Saint Peter and Paul Rocks explained
The Saint Peter and Saint Paul Islets, officially the Arquipélago de São Pedro e São Paulo, is an archipelago of the State of Pernambuco, in Brazil. It is an archipelago of small islands and rocks in the Equatorial Atlantic Ocean, 870 km from the Fernando de Noronha Island and 1,010 km from the city of Natal on Brazil's northeastern coast. The islets expose serpentinized mantle peridotite on the top of one of largest megamullion of the world, being the unique abyssal mantle exposure above sea level. All of the islets and rocks are designated an environmental protection area. The main economic activity around the islets is tuna fishing.
The Saint Peter and Saint Paul Islets are situated in the equatorial region of the Atlantic Ocean, approximately 1,010 km to the ENE of the city of Natal, State of Rio Grande do Norte, Brazil. The total emerging area is about 13,000 m² and the maximum land elevation is 18 m. They are composed of 5 islands and numerous rocks.
- Belmonte Island (Sudoeste, Southwest): 5,380 m²
- Challenger Island (São Paulo, Sudeste, Southeast): 3,000 m²
- Nordeste Island (São Pedro, Northeast): 1,440 m²
- Cabral Islet (Noroeste, Northwest): 1,170 m²
- South Islet: 943 m²
No islet has permanent fresh water.
Only the largest of the islets, Southwest Rock, 80m by 40m, is vegetated with mosses and grasses. The other rocks are mostly barren, except for algae and fungus that can tolerate the salt spray. The rocks are inhabited by sea birds, including the Brown Booby (Sula leucogaster), Brown Noddy (Anous stolidus), and Black Noddy (Anous minutus), as well as crabs (Grapsus grapsus), insects and spiders.
In April 20, 1511 a Portuguese armada composed by six caravels under the command of Capitão-mor D. Garcia de Noronha, discovered the islets by accident while on their journey to India. This day, while navigating in open sea at late night, the Saint Peter caravel (under the command of the captain Manuel de Castro Alcoforado) crashed against the islets.
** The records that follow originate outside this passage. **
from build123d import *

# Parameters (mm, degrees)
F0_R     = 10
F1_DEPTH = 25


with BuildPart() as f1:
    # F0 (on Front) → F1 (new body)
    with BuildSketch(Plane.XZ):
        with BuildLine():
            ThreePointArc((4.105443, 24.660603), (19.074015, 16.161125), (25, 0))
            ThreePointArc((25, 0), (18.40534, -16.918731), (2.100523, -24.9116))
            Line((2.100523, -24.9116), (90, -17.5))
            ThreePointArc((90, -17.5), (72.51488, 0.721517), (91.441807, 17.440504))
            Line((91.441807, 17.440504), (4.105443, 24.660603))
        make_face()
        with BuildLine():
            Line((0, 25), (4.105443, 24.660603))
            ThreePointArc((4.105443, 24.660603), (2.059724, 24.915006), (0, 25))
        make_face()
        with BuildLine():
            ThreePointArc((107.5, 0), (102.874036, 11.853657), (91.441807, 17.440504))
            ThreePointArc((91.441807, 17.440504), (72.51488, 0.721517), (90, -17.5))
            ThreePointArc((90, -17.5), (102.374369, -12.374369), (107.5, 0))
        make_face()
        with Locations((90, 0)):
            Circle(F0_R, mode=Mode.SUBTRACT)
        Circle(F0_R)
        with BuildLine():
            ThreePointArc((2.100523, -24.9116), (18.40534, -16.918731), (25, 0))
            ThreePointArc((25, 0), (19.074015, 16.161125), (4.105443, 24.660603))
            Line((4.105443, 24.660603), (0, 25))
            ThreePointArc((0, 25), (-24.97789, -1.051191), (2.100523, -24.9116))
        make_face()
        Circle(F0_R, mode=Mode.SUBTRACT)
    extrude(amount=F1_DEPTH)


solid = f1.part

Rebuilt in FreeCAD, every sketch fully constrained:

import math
import FreeCAD as App
import Part
import Sketcher

V = App.Vector

doc = App.newDocument("Part")
body = doc.addObject("PartDesign::Body", "Body")

# Sketch on XZ plane
sketch1 = body.newObject("Sketcher::SketchObject", "Sketch")
sketch1.AttachmentSupport = (doc.getObject("XZ_Plane"), [""])
sketch1.MapMode = "FlatFace"
sketch1.addGeometry(Part.ArcOfCircle(Part.Circle(V(0, 0, 0), V(0, 0, 1), 25), math.radians(90.000001), math.radians(274.819726)), False)
sketch1.addGeometry(Part.LineSegment(V(2.100523, -24.9116, 0), V(90, -17.5, 0)), False)
sketch1.addGeometry(Part.ArcOfCircle(Part.Circle(V(90.000001, -0.000001, 0), V(0, 0, 1), 17.499999), math.radians(-90.000004), math.radians(0.000004)), False)
sketch1.addGeometry(Part.ArcOfCircle(Part.Circle(V(90, -0.000001, 0), V(0, 0, 1), 17.5), math.radians(0.000002), math.radians(85.274102)), False)
sketch1.addGeometry(Part.LineSegment(V(91.441807, 17.440504, 0), V(4.105443, 24.660603, 0)), False)
sketch1.addGeometry(Part.ArcOfCircle(Part.Circle(V(-0.000007, -0.000084, 0), V(0, 0, 1), 25.000084), math.radians(80.548223), math.radians(89.999985)), False)
sketch1.addGeometry(Part.Circle(V(0, 0, 0), V(0, 0, 1), 10), False)
sketch1.addGeometry(Part.Circle(V(90, 0, 0), V(0, 0, 1), 10), False)
sketch1.addConstraint(Sketcher.Constraint("Tangent", 0, 2, 1, 1))
sketch1.addConstraint(Sketcher.Constraint("Coincident", 1, 2, 2, 1))
sketch1.addConstraint(Sketcher.Constraint("Tangent", 2, 2, 3, 1))
sketch1.addConstraint(Sketcher.Constraint("Tangent", 3, 2, 4, 1))
sketch1.addConstraint(Sketcher.Constraint("Coincident", 4, 2, 5, 1))
sketch1.addConstraint(Sketcher.Constraint("Tangent", 5, 2, 0, 1))
sketch1.addConstraint(Sketcher.Constraint("Coincident", 0, 3, -1, 1))
sketch1.addConstraint(Sketcher.Constraint("Coincident", 6, 3, -1, 1))
sketch1.addConstraint(Sketcher.Constraint("Coincident", 7, 3, 2, 3))
sketch1.addConstraint(Sketcher.Constraint("Equal", 2, 3))
sketch1.addConstraint(Sketcher.Constraint("Equal", 6, 7))
sketch1.addConstraint(Sketcher.Constraint("PointOnObject", 2, 3, -1))
sketch1.addConstraint(Sketcher.Constraint("PointOnObject", 2, 2, -1))
sketch1.addConstraint(Sketcher.Constraint("PointOnObject", 5, 2, -2))
sketch1.addConstraint(Sketcher.Constraint("Vertical", 7, 3, 1, 2))
sketch1.addConstraint(Sketcher.Constraint("Diameter", 6, 20.0))
sketch1.addConstraint(Sketcher.Constraint("Radius", 0, 25.0))
sketch1.addConstraint(Sketcher.Constraint("Radius", 2, 17.499999))
sketch1.addConstraint(Sketcher.Constraint("DistanceX", -1, 1, 2, 3, 90.000001))
sketch1.addConstraint(Sketcher.Constraint("Radius", 5, 25.000084))
sketch1.addConstraint(Sketcher.Constraint("Distance", 4, 87.634299))
pad1 = body.newObject("PartDesign::Pad", "Pad")
pad1.Profile = sketch1
pad1.Length = 25

doc.recompute()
On the morning of February 16, 1832 the rocks were visited by Charles Darwin on the first leg of his voyage of the HMS Beagle around the world. Darwin listed all the fauna he could find. He noted that not a single plant or even a lichen could be found on the island. Darwin found two birds the booby and the noddy, a large crab that stole the fish intended for baby birds, a fly that lived on the booby and a parasite tick. He found a moth that lived on feathers, a beetle (Quedius) and a woodlouse that lived on dung and numerous spiders that he thought lived on scavengers of the waterfowl. Darwin felt that these rocks represented how life first took hold on a newly formed outcrop. Darwin was correct in identifying that unusually these small islands were not volcanic, but formed by a tectonic uplift. Another famous person to visit the rocks was Ernest Shackleton in his last expedition to Antarctica that occurred in 1921-1922.
In 1942, during World War II, the islands were declared part of the Federal Territory of Fernando de Noronha (that also included Rocas Atoll).
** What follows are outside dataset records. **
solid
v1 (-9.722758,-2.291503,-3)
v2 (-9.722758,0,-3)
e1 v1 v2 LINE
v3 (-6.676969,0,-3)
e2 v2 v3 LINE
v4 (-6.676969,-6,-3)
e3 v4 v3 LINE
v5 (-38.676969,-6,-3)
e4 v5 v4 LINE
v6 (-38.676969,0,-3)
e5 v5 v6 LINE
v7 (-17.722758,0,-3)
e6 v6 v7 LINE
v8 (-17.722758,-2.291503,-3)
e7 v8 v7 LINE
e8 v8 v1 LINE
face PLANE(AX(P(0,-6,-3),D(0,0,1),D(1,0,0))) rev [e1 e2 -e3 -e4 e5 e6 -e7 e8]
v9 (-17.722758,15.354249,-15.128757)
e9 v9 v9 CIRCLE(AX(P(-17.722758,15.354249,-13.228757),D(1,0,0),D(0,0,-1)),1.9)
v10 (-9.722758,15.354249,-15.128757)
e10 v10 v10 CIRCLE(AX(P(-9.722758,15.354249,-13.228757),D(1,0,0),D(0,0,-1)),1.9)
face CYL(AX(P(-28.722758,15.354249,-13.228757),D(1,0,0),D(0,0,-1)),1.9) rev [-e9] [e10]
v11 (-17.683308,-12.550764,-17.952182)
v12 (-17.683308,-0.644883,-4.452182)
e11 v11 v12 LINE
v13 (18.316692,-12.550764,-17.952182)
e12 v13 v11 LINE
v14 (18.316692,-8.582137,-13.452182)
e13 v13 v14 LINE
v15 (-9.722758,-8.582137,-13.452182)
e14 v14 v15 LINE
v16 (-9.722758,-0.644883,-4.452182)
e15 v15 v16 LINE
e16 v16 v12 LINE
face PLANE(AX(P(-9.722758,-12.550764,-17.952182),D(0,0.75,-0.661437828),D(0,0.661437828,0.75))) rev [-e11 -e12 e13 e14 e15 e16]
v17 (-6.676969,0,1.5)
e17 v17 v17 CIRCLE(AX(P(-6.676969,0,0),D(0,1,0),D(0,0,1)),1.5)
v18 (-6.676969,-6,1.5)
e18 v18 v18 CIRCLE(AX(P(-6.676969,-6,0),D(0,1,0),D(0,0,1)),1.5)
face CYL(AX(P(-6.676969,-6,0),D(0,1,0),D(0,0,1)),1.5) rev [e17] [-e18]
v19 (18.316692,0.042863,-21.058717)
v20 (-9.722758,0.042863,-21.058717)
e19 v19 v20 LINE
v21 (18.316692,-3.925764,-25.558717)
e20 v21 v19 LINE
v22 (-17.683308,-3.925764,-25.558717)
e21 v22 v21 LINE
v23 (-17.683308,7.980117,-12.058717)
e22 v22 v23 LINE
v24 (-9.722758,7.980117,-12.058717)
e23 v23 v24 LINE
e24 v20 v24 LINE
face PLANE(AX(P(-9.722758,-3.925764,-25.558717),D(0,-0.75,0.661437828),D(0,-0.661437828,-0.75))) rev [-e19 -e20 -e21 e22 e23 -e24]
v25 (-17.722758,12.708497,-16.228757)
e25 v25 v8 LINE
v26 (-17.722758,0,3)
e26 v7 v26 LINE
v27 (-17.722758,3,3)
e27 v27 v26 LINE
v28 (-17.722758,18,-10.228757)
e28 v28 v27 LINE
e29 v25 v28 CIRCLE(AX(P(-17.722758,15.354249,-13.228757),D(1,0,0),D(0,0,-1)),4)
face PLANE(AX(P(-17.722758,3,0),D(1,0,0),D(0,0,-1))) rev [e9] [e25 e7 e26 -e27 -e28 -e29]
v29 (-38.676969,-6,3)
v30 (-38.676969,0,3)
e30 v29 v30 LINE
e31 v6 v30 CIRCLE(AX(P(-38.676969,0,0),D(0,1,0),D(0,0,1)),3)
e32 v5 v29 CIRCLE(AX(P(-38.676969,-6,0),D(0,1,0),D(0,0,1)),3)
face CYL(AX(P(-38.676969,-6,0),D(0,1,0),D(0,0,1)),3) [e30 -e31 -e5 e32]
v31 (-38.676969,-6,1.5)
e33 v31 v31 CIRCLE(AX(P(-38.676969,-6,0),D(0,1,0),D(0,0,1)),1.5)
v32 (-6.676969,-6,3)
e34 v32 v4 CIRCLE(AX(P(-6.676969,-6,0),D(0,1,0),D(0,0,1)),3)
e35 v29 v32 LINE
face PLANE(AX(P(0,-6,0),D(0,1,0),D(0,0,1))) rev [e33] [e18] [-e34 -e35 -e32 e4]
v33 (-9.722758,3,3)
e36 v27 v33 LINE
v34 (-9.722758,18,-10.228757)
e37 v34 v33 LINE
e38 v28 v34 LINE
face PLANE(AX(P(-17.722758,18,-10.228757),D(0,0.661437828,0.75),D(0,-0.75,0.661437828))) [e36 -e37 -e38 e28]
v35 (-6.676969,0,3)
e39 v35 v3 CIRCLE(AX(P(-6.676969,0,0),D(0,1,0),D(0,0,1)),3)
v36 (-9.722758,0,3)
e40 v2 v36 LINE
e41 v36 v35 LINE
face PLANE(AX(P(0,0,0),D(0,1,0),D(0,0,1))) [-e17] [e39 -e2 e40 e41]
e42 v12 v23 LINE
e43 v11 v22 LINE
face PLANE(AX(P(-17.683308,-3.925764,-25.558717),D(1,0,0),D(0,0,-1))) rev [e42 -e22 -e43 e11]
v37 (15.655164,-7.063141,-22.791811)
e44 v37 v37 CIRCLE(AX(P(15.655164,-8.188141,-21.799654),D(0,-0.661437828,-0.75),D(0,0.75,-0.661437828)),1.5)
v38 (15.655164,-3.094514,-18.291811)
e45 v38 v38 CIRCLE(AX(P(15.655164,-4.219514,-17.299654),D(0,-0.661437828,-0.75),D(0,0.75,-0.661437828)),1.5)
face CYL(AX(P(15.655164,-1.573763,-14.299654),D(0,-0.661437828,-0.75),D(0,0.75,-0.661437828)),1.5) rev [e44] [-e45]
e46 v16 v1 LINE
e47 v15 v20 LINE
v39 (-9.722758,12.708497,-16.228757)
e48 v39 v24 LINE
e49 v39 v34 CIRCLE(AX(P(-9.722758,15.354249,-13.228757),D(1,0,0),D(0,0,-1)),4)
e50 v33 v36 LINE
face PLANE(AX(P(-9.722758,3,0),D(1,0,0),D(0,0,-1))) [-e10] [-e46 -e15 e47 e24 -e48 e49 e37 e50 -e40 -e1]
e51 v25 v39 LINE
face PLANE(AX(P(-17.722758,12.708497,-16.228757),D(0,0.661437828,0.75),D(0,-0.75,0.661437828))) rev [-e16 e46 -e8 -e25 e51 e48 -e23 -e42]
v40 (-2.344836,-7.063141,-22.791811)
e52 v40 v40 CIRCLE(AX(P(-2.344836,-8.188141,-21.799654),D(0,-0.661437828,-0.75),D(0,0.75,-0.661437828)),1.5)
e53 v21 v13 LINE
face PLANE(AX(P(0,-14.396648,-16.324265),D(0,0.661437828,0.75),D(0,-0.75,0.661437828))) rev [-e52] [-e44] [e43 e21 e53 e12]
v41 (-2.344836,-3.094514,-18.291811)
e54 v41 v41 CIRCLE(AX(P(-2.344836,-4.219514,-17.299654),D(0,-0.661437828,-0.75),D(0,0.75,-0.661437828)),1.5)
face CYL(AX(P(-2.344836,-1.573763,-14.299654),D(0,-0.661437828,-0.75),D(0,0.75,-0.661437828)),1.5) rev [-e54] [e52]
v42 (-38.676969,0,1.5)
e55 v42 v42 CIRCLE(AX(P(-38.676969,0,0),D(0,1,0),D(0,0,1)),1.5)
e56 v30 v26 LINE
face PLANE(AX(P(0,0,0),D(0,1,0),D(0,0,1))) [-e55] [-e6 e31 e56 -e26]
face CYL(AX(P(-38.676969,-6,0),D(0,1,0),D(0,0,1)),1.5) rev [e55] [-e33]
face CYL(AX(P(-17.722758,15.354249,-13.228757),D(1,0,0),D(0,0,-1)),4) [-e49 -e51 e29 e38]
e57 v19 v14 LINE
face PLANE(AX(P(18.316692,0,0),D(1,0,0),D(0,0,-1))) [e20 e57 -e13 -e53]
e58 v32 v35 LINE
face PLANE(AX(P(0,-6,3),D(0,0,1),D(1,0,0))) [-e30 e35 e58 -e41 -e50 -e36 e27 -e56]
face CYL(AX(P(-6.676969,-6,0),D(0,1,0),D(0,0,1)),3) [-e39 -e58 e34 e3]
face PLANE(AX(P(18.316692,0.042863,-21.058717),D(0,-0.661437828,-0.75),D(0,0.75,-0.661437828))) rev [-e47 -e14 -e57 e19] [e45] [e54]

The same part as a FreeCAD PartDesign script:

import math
import FreeCAD as App
import Part
import Sketcher
Q = App.Units.Quantity


def add_polygon(sketch, points):
    """Adds a closed chain of lines whose ends are joined by coincident constraints."""
    first, n = sketch.GeometryCount, len(points)
    for a, b in zip(points, points[1:] + points[:1]):
        sketch.addGeometry(Part.LineSegment(App.Vector(*a, 0), App.Vector(*b, 0)), False)
    for i in range(n):
        sketch.addConstraint(Sketcher.Constraint("Coincident", first + i, 2, first + (i + 1) % n, 1))

doc = App.newDocument("Part")
body = doc.addObject("PartDesign::Body", "Body")

# Sketch on XZ plane
sketch1 = body.newObject("Sketcher::SketchObject", "Sketch")
sketch1.AttachmentSupport = (doc.getObject("XZ_Plane"), [""])
sketch1.MapMode = "FlatFace"
sketch1.addGeometry([
    Part.ArcOfCircle(Part.Circle(App.Vector(-38.676969, 0, 0), App.Vector(0, 0, 1), 3), math.radians(90), math.radians(270)),  # 0
    Part.LineSegment(App.Vector(-38.676969, 3, 0), App.Vector(-6.676969, 3, 0)),  # 1
    Part.ArcOfCircle(Part.Circle(App.Vector(-6.676969, 0, 0), App.Vector(0, 0, 1), 3), math.radians(-90), math.radians(90)),  # 2
    Part.LineSegment(App.Vector(-6.676969, -3, 0), App.Vector(-38.676969, -3, 0)),  # 3
    Part.Circle(App.Vector(-38.676969, 0, 0), App.Vector(0, 0, 1), 1.5),  # 4
    Part.Circle(App.Vector(-6.676969, 0, 0), App.Vector(0, 0, 1), 1.5),  # 5
], False)
sketch1.addConstraint([
    Sketcher.Constraint("Tangent", 0, 1, 1, 1),
    Sketcher.Constraint("Tangent", 1, 2, 2, 2),
    Sketcher.Constraint("Tangent", 2, 1, 3, 1),
    Sketcher.Constraint("Tangent", 3, 2, 0, 2),
    Sketcher.Constraint("Horizontal", 1),
    Sketcher.Constraint("Horizontal", 3),
    Sketcher.Constraint("Coincident", 4, 3, 0, 3),
    Sketcher.Constraint("Coincident", 5, 3, 2, 3),
    Sketcher.Constraint("Equal", 4, 5),
    Sketcher.Constraint("PointOnObject", 0, 3, -1),
    Sketcher.Constraint("Diameter", 4, Q("3 mm")),
    Sketcher.Constraint("Radius", 0, Q("3 mm")),
    Sketcher.Constraint("DistanceX", 1, 1, 1, 2, Q("32 mm")),
    Sketcher.Constraint("DistanceX", 0, 3, -1, 1, Q("38.676969 mm")),
])
pad1 = body.newObject("PartDesign::Pad", "Pad")
pad1.Profile = sketch1
pad1.Length = 6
In early 1960, the rocks served as the starting-point and terminus for the first submerged circumnavigation of the world by the American nuclear-powered submarine USS Triton (SSRN-586).
On October 5, 1988, the Federal Territory was dissolved and added to the Pernambuco state.
- Andrade, F.G.G., Simões, L.S.A., Campos, T.F.C., Silva, A.J.C.A. 2007. Padrão estrutural da foliação milonígica do Arquipélago de São Pedro e São Paulo. Anais do 11º Simpósio Nacional de Estudos Tectônicos, 5th International Symposium of Tectonics of the SBG. Natal, 233. (in Portuguese)
- Beach, Edward L. November 1960 (Vol. 118, No. 5). "Triton Follows Magellan's Wake" National Geographic Magazine. 585-615
- Bonatti, E. 1990. Subcontinental mantle exposed in the Atlantic Ocean on St Peter-Paul islets. Nature, 345, 800-802.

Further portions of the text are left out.